Не от боли.


От стыда. От унижения. От того, что я больше не принадлежала себе – ни снаружи, ни внутри.

Я стояла – как стоИт свеча над гробом, что вот-вот опустят. Не живым телом – одним только дыханием, пустым, ломким, как стекло в мороз. Они ушли – те три женщины, с руками, как у скотников, с глазами без дна – осмотрели, обсудили, опозорили. Оставили меня – голую, как новорождённую, и мертвую, как жертву, не дождавшуюся ножа.

Я не успела прикрыться. Не успела даже вдохнуть, когда ткань полога шевельнулась, и он вошёл.

Хан.

Не громко. Не с клинком.


Он вошёл, как входит смерть, что решила тебя не торопить.


И встал в проёме – весь, как есть. Высокий, как дерево в засуху. Глаза – чёрные, плотные, как ночь без звёзд.


И он увидел меня. Всю. Сразу.

Я не прикрылась. Руки не послушались.


Как если бы я сама знала: он уже всё взял, взором, желанием, жадностью.

И он смотрел.


Долго. Молча. С похотью, в которой не было ни юности, ни страсти – одна только власть.

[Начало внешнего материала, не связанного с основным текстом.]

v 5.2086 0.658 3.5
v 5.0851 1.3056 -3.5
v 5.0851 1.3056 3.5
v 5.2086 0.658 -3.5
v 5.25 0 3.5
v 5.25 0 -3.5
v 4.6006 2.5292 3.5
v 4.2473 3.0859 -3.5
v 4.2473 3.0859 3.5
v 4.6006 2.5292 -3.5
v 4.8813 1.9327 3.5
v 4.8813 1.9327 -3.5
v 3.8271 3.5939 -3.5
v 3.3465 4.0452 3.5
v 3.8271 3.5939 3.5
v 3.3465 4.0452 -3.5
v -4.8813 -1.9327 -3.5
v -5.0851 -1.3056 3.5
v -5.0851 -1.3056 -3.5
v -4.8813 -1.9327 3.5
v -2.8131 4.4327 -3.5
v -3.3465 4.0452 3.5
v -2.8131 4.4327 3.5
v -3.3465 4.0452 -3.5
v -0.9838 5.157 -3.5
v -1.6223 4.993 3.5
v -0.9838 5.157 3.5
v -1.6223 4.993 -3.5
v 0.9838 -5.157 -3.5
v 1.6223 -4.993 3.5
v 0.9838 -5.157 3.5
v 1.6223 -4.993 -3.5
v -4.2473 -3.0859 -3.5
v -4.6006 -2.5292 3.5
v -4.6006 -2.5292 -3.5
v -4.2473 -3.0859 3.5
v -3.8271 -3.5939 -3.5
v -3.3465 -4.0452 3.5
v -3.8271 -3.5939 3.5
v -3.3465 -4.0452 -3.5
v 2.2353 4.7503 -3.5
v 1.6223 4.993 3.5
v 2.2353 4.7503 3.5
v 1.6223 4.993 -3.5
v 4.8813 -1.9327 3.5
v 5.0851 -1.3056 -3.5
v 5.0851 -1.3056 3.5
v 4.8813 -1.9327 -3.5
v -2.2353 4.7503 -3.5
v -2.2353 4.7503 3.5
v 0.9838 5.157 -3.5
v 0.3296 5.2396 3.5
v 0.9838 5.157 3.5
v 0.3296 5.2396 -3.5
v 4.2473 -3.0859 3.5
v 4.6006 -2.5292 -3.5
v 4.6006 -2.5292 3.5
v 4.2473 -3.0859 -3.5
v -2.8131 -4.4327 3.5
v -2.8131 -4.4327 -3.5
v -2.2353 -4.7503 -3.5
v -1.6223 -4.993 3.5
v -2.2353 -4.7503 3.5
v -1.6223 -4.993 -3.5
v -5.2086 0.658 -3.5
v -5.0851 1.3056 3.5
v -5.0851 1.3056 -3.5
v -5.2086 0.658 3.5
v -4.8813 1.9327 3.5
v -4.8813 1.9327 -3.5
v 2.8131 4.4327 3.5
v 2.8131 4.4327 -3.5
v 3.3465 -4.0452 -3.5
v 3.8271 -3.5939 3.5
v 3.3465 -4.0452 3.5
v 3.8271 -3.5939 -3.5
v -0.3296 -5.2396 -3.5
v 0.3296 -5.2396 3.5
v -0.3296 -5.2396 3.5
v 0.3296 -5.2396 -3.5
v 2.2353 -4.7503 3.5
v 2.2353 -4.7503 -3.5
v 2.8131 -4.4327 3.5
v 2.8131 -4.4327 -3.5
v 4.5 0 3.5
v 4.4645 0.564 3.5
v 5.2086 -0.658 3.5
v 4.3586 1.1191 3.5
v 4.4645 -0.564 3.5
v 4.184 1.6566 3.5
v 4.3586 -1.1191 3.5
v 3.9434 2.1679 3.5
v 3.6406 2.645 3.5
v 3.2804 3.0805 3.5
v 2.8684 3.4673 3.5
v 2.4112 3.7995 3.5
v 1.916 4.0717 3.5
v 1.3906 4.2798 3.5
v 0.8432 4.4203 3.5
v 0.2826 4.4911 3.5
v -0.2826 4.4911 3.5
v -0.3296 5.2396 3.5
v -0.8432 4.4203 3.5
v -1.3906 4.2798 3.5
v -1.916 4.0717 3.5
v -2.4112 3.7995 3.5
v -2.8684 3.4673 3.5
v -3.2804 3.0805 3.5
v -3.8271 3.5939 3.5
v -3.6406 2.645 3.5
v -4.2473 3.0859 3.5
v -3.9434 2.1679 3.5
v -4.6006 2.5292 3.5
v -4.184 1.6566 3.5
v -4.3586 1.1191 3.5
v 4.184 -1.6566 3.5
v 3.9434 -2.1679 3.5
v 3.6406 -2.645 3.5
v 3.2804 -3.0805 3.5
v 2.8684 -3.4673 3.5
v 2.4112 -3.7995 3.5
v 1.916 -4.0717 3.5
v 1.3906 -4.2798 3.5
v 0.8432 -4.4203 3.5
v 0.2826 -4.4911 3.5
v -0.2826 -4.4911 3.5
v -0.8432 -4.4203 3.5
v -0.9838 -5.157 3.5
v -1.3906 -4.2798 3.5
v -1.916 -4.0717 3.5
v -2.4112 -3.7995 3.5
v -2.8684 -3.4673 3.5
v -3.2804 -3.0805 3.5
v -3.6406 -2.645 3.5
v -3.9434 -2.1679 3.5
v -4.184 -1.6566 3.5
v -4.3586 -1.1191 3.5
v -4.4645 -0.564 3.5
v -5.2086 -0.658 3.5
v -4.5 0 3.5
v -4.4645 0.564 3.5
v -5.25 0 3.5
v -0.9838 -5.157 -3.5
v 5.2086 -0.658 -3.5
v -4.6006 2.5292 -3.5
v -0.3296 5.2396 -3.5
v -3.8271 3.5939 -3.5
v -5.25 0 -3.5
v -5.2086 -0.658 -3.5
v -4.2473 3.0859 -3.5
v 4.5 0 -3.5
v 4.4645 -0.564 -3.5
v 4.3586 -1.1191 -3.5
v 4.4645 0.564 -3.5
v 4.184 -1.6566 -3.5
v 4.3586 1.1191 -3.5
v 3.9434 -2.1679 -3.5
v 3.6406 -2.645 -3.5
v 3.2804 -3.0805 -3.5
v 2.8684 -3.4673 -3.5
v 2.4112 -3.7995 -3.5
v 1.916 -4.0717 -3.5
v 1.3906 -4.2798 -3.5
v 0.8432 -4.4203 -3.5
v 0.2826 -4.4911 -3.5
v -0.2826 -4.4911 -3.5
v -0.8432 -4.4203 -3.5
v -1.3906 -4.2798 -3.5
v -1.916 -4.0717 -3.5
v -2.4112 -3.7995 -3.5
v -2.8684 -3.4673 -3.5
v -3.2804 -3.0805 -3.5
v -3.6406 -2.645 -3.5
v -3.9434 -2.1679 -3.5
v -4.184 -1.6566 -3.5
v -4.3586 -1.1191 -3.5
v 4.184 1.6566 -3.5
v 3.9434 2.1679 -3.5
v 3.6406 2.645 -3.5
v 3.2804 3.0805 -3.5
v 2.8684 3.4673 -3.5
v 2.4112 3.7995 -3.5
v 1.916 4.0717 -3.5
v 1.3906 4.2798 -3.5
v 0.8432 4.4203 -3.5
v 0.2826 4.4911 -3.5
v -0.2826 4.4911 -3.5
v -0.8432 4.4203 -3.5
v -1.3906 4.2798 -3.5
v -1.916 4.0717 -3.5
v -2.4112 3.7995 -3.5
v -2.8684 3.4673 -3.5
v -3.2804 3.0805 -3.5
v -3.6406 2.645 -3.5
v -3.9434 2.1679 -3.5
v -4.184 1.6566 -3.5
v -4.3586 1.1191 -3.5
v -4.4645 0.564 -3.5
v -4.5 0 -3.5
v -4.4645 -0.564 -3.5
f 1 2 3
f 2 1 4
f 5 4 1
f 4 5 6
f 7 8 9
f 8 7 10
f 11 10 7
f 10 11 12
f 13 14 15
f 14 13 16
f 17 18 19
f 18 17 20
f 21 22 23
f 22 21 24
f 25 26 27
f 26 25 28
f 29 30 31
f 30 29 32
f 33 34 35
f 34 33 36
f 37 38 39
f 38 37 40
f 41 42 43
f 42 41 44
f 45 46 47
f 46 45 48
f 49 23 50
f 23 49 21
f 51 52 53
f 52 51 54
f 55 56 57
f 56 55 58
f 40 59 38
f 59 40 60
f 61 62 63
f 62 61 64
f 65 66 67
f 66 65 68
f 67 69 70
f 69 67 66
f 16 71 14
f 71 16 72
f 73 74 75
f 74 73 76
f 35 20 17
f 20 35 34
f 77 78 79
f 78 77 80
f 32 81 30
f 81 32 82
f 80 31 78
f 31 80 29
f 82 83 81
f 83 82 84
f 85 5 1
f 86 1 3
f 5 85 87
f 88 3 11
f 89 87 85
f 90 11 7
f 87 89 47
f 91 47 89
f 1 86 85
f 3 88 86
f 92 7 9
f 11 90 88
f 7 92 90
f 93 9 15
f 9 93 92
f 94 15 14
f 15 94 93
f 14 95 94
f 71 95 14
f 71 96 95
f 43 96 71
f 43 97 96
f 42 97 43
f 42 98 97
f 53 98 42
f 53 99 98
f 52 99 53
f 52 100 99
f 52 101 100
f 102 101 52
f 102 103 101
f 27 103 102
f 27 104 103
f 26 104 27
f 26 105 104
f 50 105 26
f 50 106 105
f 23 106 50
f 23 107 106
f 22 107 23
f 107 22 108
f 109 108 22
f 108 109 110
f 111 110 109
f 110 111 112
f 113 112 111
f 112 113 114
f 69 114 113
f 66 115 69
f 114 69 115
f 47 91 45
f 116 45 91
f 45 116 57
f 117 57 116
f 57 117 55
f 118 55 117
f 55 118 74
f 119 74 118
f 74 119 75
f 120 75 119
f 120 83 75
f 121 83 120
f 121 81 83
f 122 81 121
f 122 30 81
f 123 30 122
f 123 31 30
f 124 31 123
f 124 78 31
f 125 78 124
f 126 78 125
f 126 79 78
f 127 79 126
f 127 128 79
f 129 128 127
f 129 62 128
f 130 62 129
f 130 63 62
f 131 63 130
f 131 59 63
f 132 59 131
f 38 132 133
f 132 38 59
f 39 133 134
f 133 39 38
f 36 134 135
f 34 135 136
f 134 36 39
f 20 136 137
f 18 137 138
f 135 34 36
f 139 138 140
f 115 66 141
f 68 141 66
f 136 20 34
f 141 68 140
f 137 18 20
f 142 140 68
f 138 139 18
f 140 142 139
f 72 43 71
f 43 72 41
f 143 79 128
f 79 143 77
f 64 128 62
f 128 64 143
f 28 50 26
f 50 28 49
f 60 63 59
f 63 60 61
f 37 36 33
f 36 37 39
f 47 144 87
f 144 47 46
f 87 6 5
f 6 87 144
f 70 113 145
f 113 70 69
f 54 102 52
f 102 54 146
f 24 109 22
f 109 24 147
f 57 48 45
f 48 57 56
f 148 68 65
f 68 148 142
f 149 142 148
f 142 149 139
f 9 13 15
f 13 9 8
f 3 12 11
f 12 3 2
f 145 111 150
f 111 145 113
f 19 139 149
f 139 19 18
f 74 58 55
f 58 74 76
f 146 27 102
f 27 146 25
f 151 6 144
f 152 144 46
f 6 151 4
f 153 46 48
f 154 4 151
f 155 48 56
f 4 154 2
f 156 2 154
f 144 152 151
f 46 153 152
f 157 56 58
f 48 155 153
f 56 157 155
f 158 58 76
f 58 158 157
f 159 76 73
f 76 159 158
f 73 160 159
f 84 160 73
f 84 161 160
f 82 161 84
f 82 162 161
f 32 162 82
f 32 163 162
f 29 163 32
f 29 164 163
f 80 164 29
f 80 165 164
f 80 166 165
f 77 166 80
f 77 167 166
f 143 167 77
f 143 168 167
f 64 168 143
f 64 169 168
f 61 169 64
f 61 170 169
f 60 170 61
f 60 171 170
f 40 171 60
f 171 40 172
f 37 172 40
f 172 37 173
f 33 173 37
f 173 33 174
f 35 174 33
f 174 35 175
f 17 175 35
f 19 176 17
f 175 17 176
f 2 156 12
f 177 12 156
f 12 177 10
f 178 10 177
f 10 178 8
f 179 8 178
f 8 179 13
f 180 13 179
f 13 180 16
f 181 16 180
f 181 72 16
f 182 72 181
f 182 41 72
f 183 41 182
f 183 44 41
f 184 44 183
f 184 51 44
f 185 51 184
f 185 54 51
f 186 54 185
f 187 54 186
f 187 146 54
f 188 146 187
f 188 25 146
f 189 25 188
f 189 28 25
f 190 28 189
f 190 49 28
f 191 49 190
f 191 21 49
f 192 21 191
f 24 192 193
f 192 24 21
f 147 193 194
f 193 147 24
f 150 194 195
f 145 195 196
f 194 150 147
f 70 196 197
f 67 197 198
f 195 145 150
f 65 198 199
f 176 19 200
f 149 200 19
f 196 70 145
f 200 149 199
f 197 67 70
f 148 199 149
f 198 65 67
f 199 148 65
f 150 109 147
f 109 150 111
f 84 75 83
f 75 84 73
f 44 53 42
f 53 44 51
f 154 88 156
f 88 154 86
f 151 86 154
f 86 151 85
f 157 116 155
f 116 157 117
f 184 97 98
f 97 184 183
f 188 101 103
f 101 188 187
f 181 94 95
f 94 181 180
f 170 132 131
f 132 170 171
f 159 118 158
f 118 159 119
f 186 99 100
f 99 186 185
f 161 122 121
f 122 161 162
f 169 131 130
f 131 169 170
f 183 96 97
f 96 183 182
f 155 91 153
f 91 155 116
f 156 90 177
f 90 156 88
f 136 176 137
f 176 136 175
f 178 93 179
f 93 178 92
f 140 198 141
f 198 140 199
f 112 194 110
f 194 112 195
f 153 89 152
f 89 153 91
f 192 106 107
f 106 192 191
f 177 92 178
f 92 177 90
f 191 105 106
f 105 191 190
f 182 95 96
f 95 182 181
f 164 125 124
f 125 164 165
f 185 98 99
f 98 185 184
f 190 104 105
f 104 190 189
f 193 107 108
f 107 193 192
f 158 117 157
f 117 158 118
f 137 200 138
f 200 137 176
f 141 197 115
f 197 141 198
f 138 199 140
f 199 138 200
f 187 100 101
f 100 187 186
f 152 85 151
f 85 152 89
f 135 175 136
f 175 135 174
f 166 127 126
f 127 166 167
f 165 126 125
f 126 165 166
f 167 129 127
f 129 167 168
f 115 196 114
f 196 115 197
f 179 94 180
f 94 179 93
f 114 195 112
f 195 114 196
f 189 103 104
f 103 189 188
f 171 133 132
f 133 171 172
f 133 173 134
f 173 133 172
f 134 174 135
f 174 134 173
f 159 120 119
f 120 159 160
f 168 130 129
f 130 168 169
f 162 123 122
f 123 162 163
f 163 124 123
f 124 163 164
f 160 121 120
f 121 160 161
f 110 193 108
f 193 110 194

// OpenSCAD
$fn = 50;


difference() {
	union() {
		translate(v = [0, 0, -3.5000000000]) {
			cylinder(h = 7, r = 5.2500000000);
		}
	}
	union() {
		translate(v = [0, 0, -100.0000000000]) {
			cylinder(h = 200, r = 4.5000000000);
		}
	}
}
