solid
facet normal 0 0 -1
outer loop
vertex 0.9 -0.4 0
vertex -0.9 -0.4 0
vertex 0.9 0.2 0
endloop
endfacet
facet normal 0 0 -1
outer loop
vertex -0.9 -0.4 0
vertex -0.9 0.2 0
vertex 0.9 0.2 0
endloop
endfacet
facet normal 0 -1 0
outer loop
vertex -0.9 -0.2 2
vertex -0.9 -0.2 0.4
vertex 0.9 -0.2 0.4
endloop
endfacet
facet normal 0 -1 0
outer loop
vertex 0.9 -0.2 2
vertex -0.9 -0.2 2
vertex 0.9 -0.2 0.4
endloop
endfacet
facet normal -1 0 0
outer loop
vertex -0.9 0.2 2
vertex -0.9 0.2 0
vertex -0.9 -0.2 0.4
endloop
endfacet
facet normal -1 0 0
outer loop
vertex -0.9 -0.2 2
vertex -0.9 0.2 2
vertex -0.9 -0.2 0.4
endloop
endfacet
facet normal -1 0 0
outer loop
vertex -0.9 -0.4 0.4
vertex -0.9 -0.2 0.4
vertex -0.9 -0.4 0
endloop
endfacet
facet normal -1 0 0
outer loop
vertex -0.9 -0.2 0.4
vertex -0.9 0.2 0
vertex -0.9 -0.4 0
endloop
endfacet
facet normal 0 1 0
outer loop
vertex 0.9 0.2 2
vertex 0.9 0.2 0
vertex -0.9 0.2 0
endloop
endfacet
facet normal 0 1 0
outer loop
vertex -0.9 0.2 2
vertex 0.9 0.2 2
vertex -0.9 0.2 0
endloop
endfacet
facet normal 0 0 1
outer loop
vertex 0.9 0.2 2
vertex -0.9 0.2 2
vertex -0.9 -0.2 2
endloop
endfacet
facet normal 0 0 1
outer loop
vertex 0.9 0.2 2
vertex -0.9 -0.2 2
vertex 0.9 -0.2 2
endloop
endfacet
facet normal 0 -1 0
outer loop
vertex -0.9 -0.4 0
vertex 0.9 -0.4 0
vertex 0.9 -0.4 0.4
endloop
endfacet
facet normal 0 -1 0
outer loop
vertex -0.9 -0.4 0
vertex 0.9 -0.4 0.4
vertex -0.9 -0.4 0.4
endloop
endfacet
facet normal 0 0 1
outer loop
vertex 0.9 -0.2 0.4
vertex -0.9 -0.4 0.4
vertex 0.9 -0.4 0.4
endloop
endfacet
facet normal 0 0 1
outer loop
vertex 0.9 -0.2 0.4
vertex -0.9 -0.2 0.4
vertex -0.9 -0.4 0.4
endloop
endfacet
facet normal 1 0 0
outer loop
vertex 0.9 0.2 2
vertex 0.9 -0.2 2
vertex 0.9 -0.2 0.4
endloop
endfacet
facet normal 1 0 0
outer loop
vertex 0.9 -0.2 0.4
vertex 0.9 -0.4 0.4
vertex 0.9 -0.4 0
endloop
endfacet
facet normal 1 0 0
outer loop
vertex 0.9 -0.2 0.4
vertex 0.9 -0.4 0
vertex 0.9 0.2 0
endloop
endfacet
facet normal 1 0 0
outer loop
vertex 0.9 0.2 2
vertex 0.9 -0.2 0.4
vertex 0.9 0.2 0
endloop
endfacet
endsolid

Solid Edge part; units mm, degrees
sketch "Sketch1" plane through (0, 0, 0) normal (0, 0, 1) x (1, 0, 0)
  line L0 (-0.9, -0.2) -> (0.9, -0.2)
  line L1 (0.9, -0.2) -> (0.9, 0.2)
  line L2 (0.9, 0.2) -> (-0.9, 0.2)
  line L3 (-0.9, 0.2) -> (-0.9, -0.2)
  dimension "D1" = 0.4
  dimension "D2" = 1.8
extrude "Protrusion1" add sketch "Sketch1" along normal blind 2
sketch "Sketch2" plane through (0, 0, 0) normal (0, 0, -1) x (-1, 0, 0)
  line L0 (0.9, -0.2) -> (0.9, -0.4)
  line L1 (-0.9, -0.4) -> (0.9, -0.4)
  line L2 (-0.9, -0.4) -> (-0.9, -0.2)
  line L3 (0.9, -0.2) -> (-0.9, -0.2)
extrude "Ausprägung_2" add sketch "Sketch2" against normal blind 0.4
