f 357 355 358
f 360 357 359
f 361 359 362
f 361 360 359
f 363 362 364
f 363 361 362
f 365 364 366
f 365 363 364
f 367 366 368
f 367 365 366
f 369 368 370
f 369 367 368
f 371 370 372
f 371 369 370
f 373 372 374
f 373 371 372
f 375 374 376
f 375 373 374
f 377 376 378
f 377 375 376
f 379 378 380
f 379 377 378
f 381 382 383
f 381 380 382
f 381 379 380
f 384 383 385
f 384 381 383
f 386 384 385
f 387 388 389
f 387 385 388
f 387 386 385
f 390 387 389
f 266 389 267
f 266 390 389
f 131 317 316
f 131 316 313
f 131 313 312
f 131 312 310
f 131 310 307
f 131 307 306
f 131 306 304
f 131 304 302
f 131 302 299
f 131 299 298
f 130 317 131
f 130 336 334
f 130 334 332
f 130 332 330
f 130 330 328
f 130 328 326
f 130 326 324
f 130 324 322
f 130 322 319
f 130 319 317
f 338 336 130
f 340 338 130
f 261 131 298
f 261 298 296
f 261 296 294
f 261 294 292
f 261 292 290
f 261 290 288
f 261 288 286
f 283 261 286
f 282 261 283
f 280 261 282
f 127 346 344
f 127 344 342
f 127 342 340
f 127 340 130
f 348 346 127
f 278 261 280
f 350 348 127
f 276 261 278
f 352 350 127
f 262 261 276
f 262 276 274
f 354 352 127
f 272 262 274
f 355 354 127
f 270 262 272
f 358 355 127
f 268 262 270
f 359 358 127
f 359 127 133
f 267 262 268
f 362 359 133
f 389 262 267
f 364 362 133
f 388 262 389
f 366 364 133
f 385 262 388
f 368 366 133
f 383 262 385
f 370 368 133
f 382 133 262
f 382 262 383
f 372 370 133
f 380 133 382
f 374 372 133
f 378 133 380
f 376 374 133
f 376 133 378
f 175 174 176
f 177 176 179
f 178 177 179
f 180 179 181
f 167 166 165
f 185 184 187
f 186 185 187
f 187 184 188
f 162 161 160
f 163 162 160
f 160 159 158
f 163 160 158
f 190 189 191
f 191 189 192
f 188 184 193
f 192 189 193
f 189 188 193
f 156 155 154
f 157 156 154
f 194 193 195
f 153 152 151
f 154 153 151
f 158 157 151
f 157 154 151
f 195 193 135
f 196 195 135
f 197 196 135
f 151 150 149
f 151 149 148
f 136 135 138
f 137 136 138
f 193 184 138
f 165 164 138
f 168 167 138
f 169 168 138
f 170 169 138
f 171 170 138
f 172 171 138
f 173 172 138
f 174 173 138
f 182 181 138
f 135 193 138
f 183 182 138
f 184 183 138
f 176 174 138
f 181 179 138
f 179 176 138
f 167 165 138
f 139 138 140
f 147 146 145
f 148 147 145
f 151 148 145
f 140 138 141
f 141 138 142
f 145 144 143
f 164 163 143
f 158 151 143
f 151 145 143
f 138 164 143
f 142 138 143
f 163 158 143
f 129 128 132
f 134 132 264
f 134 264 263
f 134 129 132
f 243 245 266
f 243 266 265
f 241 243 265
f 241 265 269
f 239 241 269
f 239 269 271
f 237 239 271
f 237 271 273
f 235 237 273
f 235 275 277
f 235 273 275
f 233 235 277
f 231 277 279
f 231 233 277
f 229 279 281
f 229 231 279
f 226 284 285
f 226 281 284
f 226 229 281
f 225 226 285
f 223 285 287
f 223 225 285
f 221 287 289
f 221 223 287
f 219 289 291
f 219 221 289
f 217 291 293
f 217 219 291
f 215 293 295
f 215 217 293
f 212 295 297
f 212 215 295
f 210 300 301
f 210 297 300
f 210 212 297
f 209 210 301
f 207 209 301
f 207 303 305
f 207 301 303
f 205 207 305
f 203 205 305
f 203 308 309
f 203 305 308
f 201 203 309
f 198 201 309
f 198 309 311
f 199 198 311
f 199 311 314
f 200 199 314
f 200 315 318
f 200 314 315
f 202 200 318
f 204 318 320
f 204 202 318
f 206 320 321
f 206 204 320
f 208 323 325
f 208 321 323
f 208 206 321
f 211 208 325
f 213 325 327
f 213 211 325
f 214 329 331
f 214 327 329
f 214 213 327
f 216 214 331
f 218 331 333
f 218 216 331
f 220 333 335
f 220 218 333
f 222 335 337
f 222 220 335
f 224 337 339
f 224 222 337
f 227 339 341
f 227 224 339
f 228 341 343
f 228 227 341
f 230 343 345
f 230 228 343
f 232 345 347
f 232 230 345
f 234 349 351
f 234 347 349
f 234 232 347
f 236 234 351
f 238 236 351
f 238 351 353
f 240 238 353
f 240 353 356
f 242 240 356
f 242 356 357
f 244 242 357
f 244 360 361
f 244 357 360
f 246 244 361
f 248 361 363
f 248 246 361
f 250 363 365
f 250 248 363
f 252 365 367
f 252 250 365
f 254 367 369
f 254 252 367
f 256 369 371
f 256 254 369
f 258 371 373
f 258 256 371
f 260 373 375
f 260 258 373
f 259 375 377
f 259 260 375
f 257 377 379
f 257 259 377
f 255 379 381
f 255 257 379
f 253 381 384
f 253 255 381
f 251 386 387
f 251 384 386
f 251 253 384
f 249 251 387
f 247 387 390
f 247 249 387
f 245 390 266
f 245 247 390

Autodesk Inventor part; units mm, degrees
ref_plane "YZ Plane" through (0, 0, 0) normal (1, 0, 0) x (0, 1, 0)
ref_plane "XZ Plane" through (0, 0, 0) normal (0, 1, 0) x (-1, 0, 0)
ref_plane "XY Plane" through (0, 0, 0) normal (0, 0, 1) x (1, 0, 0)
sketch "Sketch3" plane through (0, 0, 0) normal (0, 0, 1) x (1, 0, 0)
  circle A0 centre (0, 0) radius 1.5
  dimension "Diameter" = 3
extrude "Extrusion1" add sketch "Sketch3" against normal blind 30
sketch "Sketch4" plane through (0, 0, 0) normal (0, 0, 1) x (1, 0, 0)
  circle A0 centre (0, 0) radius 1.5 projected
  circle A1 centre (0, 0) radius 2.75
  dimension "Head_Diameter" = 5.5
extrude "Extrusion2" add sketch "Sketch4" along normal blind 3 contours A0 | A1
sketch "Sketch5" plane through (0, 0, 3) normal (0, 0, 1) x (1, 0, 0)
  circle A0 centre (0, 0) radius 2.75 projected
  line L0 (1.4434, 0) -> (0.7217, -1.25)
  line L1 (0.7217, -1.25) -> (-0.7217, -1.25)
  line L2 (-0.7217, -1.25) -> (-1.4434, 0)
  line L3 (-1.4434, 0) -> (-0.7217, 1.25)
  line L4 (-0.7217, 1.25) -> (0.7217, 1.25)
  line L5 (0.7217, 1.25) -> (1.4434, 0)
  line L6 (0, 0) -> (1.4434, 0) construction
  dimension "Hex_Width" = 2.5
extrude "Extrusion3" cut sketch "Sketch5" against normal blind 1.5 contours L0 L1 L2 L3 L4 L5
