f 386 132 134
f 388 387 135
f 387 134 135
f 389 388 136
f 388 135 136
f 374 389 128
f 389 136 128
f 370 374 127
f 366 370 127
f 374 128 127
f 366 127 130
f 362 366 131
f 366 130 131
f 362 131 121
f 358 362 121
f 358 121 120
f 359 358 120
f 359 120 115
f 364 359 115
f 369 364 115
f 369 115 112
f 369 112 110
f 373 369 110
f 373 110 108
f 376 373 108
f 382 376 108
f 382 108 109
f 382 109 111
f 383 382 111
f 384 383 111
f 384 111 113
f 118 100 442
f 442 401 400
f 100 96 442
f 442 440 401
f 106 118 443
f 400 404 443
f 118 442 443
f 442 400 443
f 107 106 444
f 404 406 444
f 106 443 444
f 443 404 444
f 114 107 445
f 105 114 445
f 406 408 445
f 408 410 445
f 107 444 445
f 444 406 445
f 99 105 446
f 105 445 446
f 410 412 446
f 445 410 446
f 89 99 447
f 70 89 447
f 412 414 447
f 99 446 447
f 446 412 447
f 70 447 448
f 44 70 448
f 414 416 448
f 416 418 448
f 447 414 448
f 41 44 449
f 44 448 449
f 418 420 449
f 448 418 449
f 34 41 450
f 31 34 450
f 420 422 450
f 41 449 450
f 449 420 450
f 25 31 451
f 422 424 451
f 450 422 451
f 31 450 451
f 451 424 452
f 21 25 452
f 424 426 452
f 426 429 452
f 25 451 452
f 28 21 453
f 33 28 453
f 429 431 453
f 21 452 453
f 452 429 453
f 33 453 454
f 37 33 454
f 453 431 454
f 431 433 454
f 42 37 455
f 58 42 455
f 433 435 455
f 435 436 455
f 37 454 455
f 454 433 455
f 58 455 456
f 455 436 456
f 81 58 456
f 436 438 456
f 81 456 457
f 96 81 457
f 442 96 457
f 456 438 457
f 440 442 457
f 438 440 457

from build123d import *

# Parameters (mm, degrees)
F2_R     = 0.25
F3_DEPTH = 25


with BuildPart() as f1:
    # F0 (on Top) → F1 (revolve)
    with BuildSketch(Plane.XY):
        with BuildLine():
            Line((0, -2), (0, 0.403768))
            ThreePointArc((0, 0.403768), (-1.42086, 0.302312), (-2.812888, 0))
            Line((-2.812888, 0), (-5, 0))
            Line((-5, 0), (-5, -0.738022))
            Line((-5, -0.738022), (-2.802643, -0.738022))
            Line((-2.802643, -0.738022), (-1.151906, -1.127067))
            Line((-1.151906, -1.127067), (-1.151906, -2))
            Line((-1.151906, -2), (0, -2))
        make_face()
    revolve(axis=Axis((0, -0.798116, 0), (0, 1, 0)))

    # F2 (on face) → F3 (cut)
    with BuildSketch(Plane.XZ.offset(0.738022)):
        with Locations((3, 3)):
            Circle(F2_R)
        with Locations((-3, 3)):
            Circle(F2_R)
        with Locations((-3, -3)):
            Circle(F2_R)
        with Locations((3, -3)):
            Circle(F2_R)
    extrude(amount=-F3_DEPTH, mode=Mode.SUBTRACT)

Как смотрят на то, что добудешь, и сломаешь, и заберёшь навек.


Не сегодня – но скоро.


И я знала это.


Каждой порой. Каждой жилкой. Каждой тенью страха, что просыпалась в крови.

Он шагнул внутрь, будто во дворец свой вошёл.


И воздух стал гуще, как перед грозой, как в бане, где не спастись дыханием.


Я всё стояла, не прикрытая, и чувствовала, как жар от его взгляда ползёт по мне, как будто он гладил – не руками, нет, – взглядом, волей, голодом.

– Ты, – сказал он. Тихо.


Но в этом «ты» было всё.


Как если бы он произнёс имя не моё, а принадлежность.

Я хотела отвернуться – не смогла.


Он ходил кругом, оглядывал – плечо, спину, волосы, будто прикидывал, где начнёт, и чем закончит.


И улыбался – не губами, глазами.


Как волк, что облизнулся.

– Не думал, что будешь такой, – шепнул, и голос его был как мех в ладони: мягкий снаружи, а внутри – капкан.


– Красота твоя – как яд.


И будет моя.


Вся. До последней слезы.

Я дрожала. Не от холода. От ощущения, что он уже дышит внутри меня.


И я была – как раскалённая медь: молчаливая, яркая, сдержанная, но вот-вот расплавлюсь.

Он подошёл ближе, и я услышала – как он дышит.


Медленно. Жадно. Глубоко.


Как зверь, что уже выбрал – и ждёт только сигнала, чтобы ринуться.

Но он не прикоснулся.


Он просто наклонился – так близко, что губы его почти касались щеки.


И прошептал:

– Запомни этот миг. Это начало. Ты ещё не моя. Но скоро не вспомнишь, как быть не моей.

И ушёл. А я осталась. Стоять. Гореть.


Не от стыда.


От знания: он уже начал меня брать. Не телом – душой. Словом. Взглядом. Властью.


И небо, что было над шатром, стало ниже.


А я – уже не свободна. Даже в сердце. Проклятый. Ненавижу. Однажду я перережу тебе глотку!

Глава 8

Она пришла, когда солнце стояло в зените, и тени от шатров были короткими, как дыхание перед смертью. Я сидела на шкурах, чиня разорванный подол платья – занятие глупое, бессмысленное, но руки должны были что-то делать, иначе они бы задрожали от ярости, что копилась во мне, как яд в змеином зубе.

Полог шевельнулся, и она вошла. Не спросив. Не поклонившись. Не объявив о себе. Вошла, как входит хозяйка в свой дом, как входит царица в покои рабыни.

Саргата.

Я знала, кто она, ещё не видев лица. По поступи – лёгкой, но властной, как у кошки, что идёт по забору между жизнью и смертью. По запаху – тяжёлому, пряному, с медью золота и горечью полыни. По тишине, что окутала шатёр, будто сам воздух понял: встретились две силы, и одна из них лишняя.

Она была красива. Проклято красива, как бывают красивы те, кого боги лепили в гневе, желая показать, что совершенство может быть острее клинка. Волосы – чёрные, с синевой воронова крыла, заплетены в тугие косы, перевитые золотыми нитями. Глаза – как у ястреба, жёлтые, с чёрными зрачками, что впивались в меня, словно хотели высосать душу. Кожа – смуглая, гладкая, как шёлк, что торговцы везут из дальних земель. И в каждом движении – сила, гибкость, опасность.